YOUR TASK: Only the lines holding "extrude" are wanted. Copy every one from the records below.

DATASET RECORDS:

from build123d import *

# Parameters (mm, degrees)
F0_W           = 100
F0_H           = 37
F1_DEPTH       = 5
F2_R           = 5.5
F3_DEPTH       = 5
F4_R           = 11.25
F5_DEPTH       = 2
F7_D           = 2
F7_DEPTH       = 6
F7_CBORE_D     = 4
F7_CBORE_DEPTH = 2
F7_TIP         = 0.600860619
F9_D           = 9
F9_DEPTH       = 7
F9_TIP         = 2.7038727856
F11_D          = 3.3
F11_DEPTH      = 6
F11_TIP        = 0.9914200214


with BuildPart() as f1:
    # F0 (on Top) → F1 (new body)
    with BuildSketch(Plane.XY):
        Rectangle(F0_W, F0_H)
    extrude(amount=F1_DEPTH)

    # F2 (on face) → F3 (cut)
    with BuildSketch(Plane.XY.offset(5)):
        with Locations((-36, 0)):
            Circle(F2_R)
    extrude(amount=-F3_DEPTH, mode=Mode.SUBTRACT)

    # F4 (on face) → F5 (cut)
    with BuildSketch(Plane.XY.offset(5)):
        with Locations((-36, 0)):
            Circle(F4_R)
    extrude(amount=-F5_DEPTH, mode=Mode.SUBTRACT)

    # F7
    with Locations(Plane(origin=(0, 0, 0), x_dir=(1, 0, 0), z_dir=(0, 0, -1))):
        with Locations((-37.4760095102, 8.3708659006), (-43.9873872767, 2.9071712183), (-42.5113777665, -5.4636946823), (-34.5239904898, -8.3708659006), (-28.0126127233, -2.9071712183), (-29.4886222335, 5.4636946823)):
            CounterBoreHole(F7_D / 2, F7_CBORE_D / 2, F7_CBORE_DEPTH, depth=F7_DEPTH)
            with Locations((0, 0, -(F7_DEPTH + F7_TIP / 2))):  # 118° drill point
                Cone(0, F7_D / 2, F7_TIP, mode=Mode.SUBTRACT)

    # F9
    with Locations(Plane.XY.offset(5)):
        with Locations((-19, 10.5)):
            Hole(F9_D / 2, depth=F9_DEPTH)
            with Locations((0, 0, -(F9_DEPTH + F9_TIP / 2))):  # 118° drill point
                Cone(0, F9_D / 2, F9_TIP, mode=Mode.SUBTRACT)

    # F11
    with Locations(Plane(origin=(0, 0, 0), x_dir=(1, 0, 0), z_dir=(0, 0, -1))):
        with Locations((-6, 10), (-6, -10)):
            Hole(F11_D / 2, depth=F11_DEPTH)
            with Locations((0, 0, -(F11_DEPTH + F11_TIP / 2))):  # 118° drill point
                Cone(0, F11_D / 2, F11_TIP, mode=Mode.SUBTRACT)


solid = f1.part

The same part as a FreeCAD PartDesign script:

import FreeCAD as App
import Part
import Sketcher
Q = App.Units.Quantity

doc = App.newDocument("Part")
params = doc.addObject("Spreadsheet::Sheet", "Params")
for row, (alias, value) in enumerate([
    ("sketch1_width", "100 mm"),
    ("sketch1_height", "37 mm"),
    ("pad1_length", "5 mm"),
    ("sketch2_diameter", "11 mm"),
    ("pocket1_length", "5 mm"),
    ("sketch3_diameter", "22.5 mm"),
    ("pocket2_length", "2 mm"),
    ("sketch4_diameter", "2 mm"),
    ("hole_diameter", "2 mm"),
    ("hole_depth", "6 mm"),
    ("hole_cbore_diameter", "4 mm"),
    ("hole_cbore_depth", "2 mm"),
    ("sketch5_diameter", "9 mm"),
    ("hole2_diameter", "9 mm"),
    ("hole2_depth", "7 mm"),
    ("sketch6_diameter", "3.3 mm"),
    ("hole3_diameter", "3.3 mm"),
    ("hole3_depth", "6 mm"),
], start=1):
    params.set(f"A{row}", alias)
    params.set(f"B{row}", "=" + value)
    params.setAlias(f"B{row}", alias)

body = doc.addObject("PartDesign::Body", "Body")

sketch1 = doc.addObject("Sketcher::SketchObject", "Sketch")
body.addObject(sketch1)
sketch1.AttachmentSupport = (doc.XY_Plane, [""])
sketch1.MapMode = "FlatFace"
sketch1.addGeometry([
    Part.LineSegment(App.Vector(-50, 18, 0), App.Vector(-50, -18, 0)),
    Part.LineSegment(App.Vector(-50, -18, 0), App.Vector(50, -18, 0)),
    Part.LineSegment(App.Vector(50, -18, 0), App.Vector(50, 18, 0)),
    Part.LineSegment(App.Vector(50, 18, 0), App.Vector(-50, 18, 0)),
], False)
sketch1.addConstraint([
    Sketcher.Constraint("Coincident", 0, 2, 1, 1),
    Sketcher.Constraint("Coincident", 1, 2, 2, 1),
    Sketcher.Constraint("Coincident", 2, 2, 3, 1),
    Sketcher.Constraint("Coincident", 3, 2, 0, 1),
    Sketcher.Constraint("Vertical", 0),
    Sketcher.Constraint("Horizontal", 1),
    Sketcher.Constraint("Vertical", 2),
    Sketcher.Constraint("Horizontal", 3),
    Sketcher.Constraint("Symmetric", 0, 2, 2, 2, -1, 1),
    Sketcher.Constraint("DistanceX", 1, 1, 1, 2, Q("100 mm")),
    Sketcher.Constraint("DistanceY", 0, 2, 0, 1, Q("37 mm")),
])
sketch1.setExpression("Constraints[9]", "Params.sketch1_width")
sketch1.setExpression("Constraints[10]", "Params.sketch1_height")
pad1 = doc.addObject("PartDesign::Pad", "Pad")
body.addObject(pad1)
pad1.Profile = sketch1
pad1.setExpression("Length", "Params.pad1_length")

sketch2 = doc.addObject("Sketcher::SketchObject", "Sketch001")
body.addObject(sketch2)
sketch2.AttachmentSupport = (doc.XY_Plane, [""])
sketch2.MapMode = "FlatFace"
sketch2.AttachmentOffset = App.Placement(App.Vector(0, 0, 5), App.Rotation())
sketch2.addGeometry(Part.Circle(App.Vector(-36, 0, 0), App.Vector(0, 0, 1), 6), False)
sketch2.addConstraint([
    Sketcher.Constraint("PointOnObject", 0, 3, -1),
    Sketcher.Constraint("Diameter", 0, Q("11 mm")),
    Sketcher.Constraint("DistanceX", 0, 3, -1, 1, Q("36 mm")),
])
sketch2.setExpression("Constraints[1]", "Params.sketch2_diameter")
pocket1 = doc.addObject("PartDesign::Pocket", "Pocket")
body.addObject(pocket1)
pocket1.Profile = sketch2
pocket1.setExpression("Length", "Params.pocket1_length")

sketch3 = doc.addObject("Sketcher::SketchObject", "Sketch002")
body.addObject(sketch3)
sketch3.AttachmentSupport = (doc.XY_Plane, [""])
sketch3.MapMode = "FlatFace"
sketch3.AttachmentOffset = App.Placement(App.Vector(0, 0, 5), App.Rotation())
sketch3.addGeometry(Part.Circle(App.Vector(-36, 0, 0), App.Vector(0, 0, 1), 11), False)
sketch3.addConstraint([
    Sketcher.Constraint("PointOnObject", 0, 3, -1),
    Sketcher.Constraint("Diameter", 0, Q("22.5 mm")),
    Sketcher.Constraint("DistanceX", 0, 3, -1, 1, Q("36 mm")),
])
sketch3.setExpression("Constraints[1]", "Params.sketch3_diameter")
pocket2 = doc.addObject("PartDesign::Pocket", "Pocket001")
body.addObject(pocket2)
pocket2.Profile = sketch3
pocket2.setExpression("Length", "Params.pocket2_length")

sketch4 = doc.addObject("Sketcher::SketchObject", "Sketch003")
body.addObject(sketch4)
sketch4.AttachmentSupport = (doc.XY_Plane, [""])
sketch4.MapMode = "FlatFace"
sketch4.addGeometry([
    Part.Circle(App.Vector(-37.5, -8.4, 0), App.Vector(0, 0, 1), 1),
    Part.Circle(App.Vector(-44, -2.9, 0), App.Vector(0, 0, 1), 1),
    Part.Circle(App.Vector(-42.5, 5.5, 0), App.Vector(0, 0, 1), 1),
    Part.Circle(App.Vector(-34.5, 8.4, 0), App.Vector(0, 0, 1), 1),
    Part.Circle(App.Vector(-28, 2.9, 0), App.Vector(0, 0, 1), 1),
    Part.Circle(App.Vector(-29.5, -5.5, 0), App.Vector(0, 0, 1), 1),
], False)
sketch4.addConstraint([
    Sketcher.Constraint("Equal", 0, 1),
    Sketcher.Constraint("Equal", 1, 2),
    Sketcher.Constraint("Equal", 2, 3),
    Sketcher.Constraint("Equal", 3, 4),
    Sketcher.Constraint("Equal", 4, 5),
    Sketcher.Constraint("Diameter", 0, Q("2 mm")),
    Sketcher.Constraint("DistanceX", 0, 3, -1, 1, Q("37.47601 mm")),
    Sketcher.Constraint("DistanceY", 1, 3, -1, 1, Q("2.907171 mm")),
    Sketcher.Constraint("DistanceX", 3, 3, -1, 1, Q("34.52399 mm")),
    Sketcher.Constraint("DistanceY", -1, 1, 4, 3, Q("2.907171 mm")),
    Sketcher.Constraint("DistanceX", 1, 3, 2, 3, Q("1.47601 mm")),
    Sketcher.Constraint("DistanceX", 2, 3, 0, 3, Q("5.035368 mm")),
    Sketcher.Constraint("DistanceY", 0, 3, 2, 3, Q("13.834561 mm")),
    Sketcher.Constraint("DistanceY", 2, 3, 3, 3, Q("2.907171 mm")),
    Sketcher.Constraint("DistanceX", 5, 3, 4, 3, Q("1.47601 mm")),
    Sketcher.Constraint("DistanceY", 0, 3, 5, 3, Q("2.907171 mm")),
    Sketcher.Constraint("DistanceX", 3, 3, 5, 3, Q("5.035368 mm")),
    Sketcher.Constraint("DistanceY", 0, 3, -1, 1, Q("8.370866 mm")),
])
sketch4.setExpression("Constraints[5]", "Params.sketch4_diameter")
doc.recompute()
hole = doc.addObject("PartDesign::Hole", "Hole")
body.addObject(hole)
hole.Profile = sketch4
hole.ThreadType = "None"
hole.setExpression("Diameter", "Params.hole_diameter")
hole.DepthType = "Dimension"
hole.setExpression("Depth", "Params.hole_depth")
hole.DrillPoint = "Angled"
hole.DrillPointAngle = 118
hole.HoleCutType = "Counterbore"
hole.setExpression("HoleCutDiameter", "Params.hole_cbore_diameter")
hole.setExpression("HoleCutDepth", "Params.hole_cbore_depth")
hole.Reversed = True

sketch5 = doc.addObject("Sketcher::SketchObject", "Sketch004")
body.addObject(sketch5)
sketch5.AttachmentSupport = (doc.XY_Plane, [""])
sketch5.MapMode = "FlatFace"
sketch5.AttachmentOffset = App.Placement(App.Vector(0, 0, 5), App.Rotation())
sketch5.addGeometry(Part.Circle(App.Vector(-19, 10.5, 0), App.Vector(0, 0, 1), 4.5), False)
sketch5.addConstraint([
    Sketcher.Constraint("Diameter", 0, Q("9 mm")),
    Sketcher.Constraint("DistanceX", 0, 3, -1, 1, Q("19 mm")),
    Sketcher.Constraint("DistanceY", -1, 1, 0, 3, Q("10.5 mm")),
])
sketch5.setExpression("Constraints[0]", "Params.sketch5_diameter")
doc.recompute()
hole2 = doc.addObject("PartDesign::Hole", "Hole001")
body.addObject(hole2)
hole2.Profile = sketch5
hole2.ThreadType = "None"
hole2.setExpression("Diameter", "Params.hole2_diameter")
hole2.DepthType = "Dimension"
hole2.setExpression("Depth", "Params.hole2_depth")
hole2.DrillPoint = "Angled"
hole2.DrillPointAngle = 118

sketch6 = doc.addObject("Sketcher::SketchObject", "Sketch005")
body.addObject(sketch6)
sketch6.AttachmentSupport = (doc.XY_Plane, [""])
sketch6.MapMode = "FlatFace"
sketch6.addGeometry([
    Part.Circle(App.Vector(-6, -10, 0), App.Vector(0, 0, 1), 1.6),
    Part.Circle(App.Vector(-6, 10, 0), App.Vector(0, 0, 1), 1.6),
], False)
sketch6.addConstraint([
    Sketcher.Constraint("Equal", 0, 1),
    Sketcher.Constraint("Symmetric", 0, 3, 1, 3, -1),
    Sketcher.Constraint("Diameter", 0, Q("3.3 mm")),
    Sketcher.Constraint("DistanceX", 0, 3, -1, 1, Q("6 mm")),
    Sketcher.Constraint("DistanceY", 0, 3, -1, 1, Q("10 mm")),
])
sketch6.setExpression("Constraints[2]", "Params.sketch6_diameter")
doc.recompute()
hole3 = doc.addObject("PartDesign::Hole", "Hole002")
body.addObject(hole3)
hole3.Profile = sketch6
hole3.ThreadType = "None"
hole3.setExpression("Diameter", "Params.hole3_diameter")
hole3.DepthType = "Dimension"
hole3.setExpression("Depth", "Params.hole3_depth")
hole3.DrillPoint = "Angled"
hole3.DrillPointAngle = 118
hole3.Reversed = True

doc.recompute()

ANSWER SECTION:
    extrude(amount=F1_DEPTH)
    extrude(amount=-F3_DEPTH, mode=Mode.SUBTRACT)
    extrude(amount=-F5_DEPTH, mode=Mode.SUBTRACT)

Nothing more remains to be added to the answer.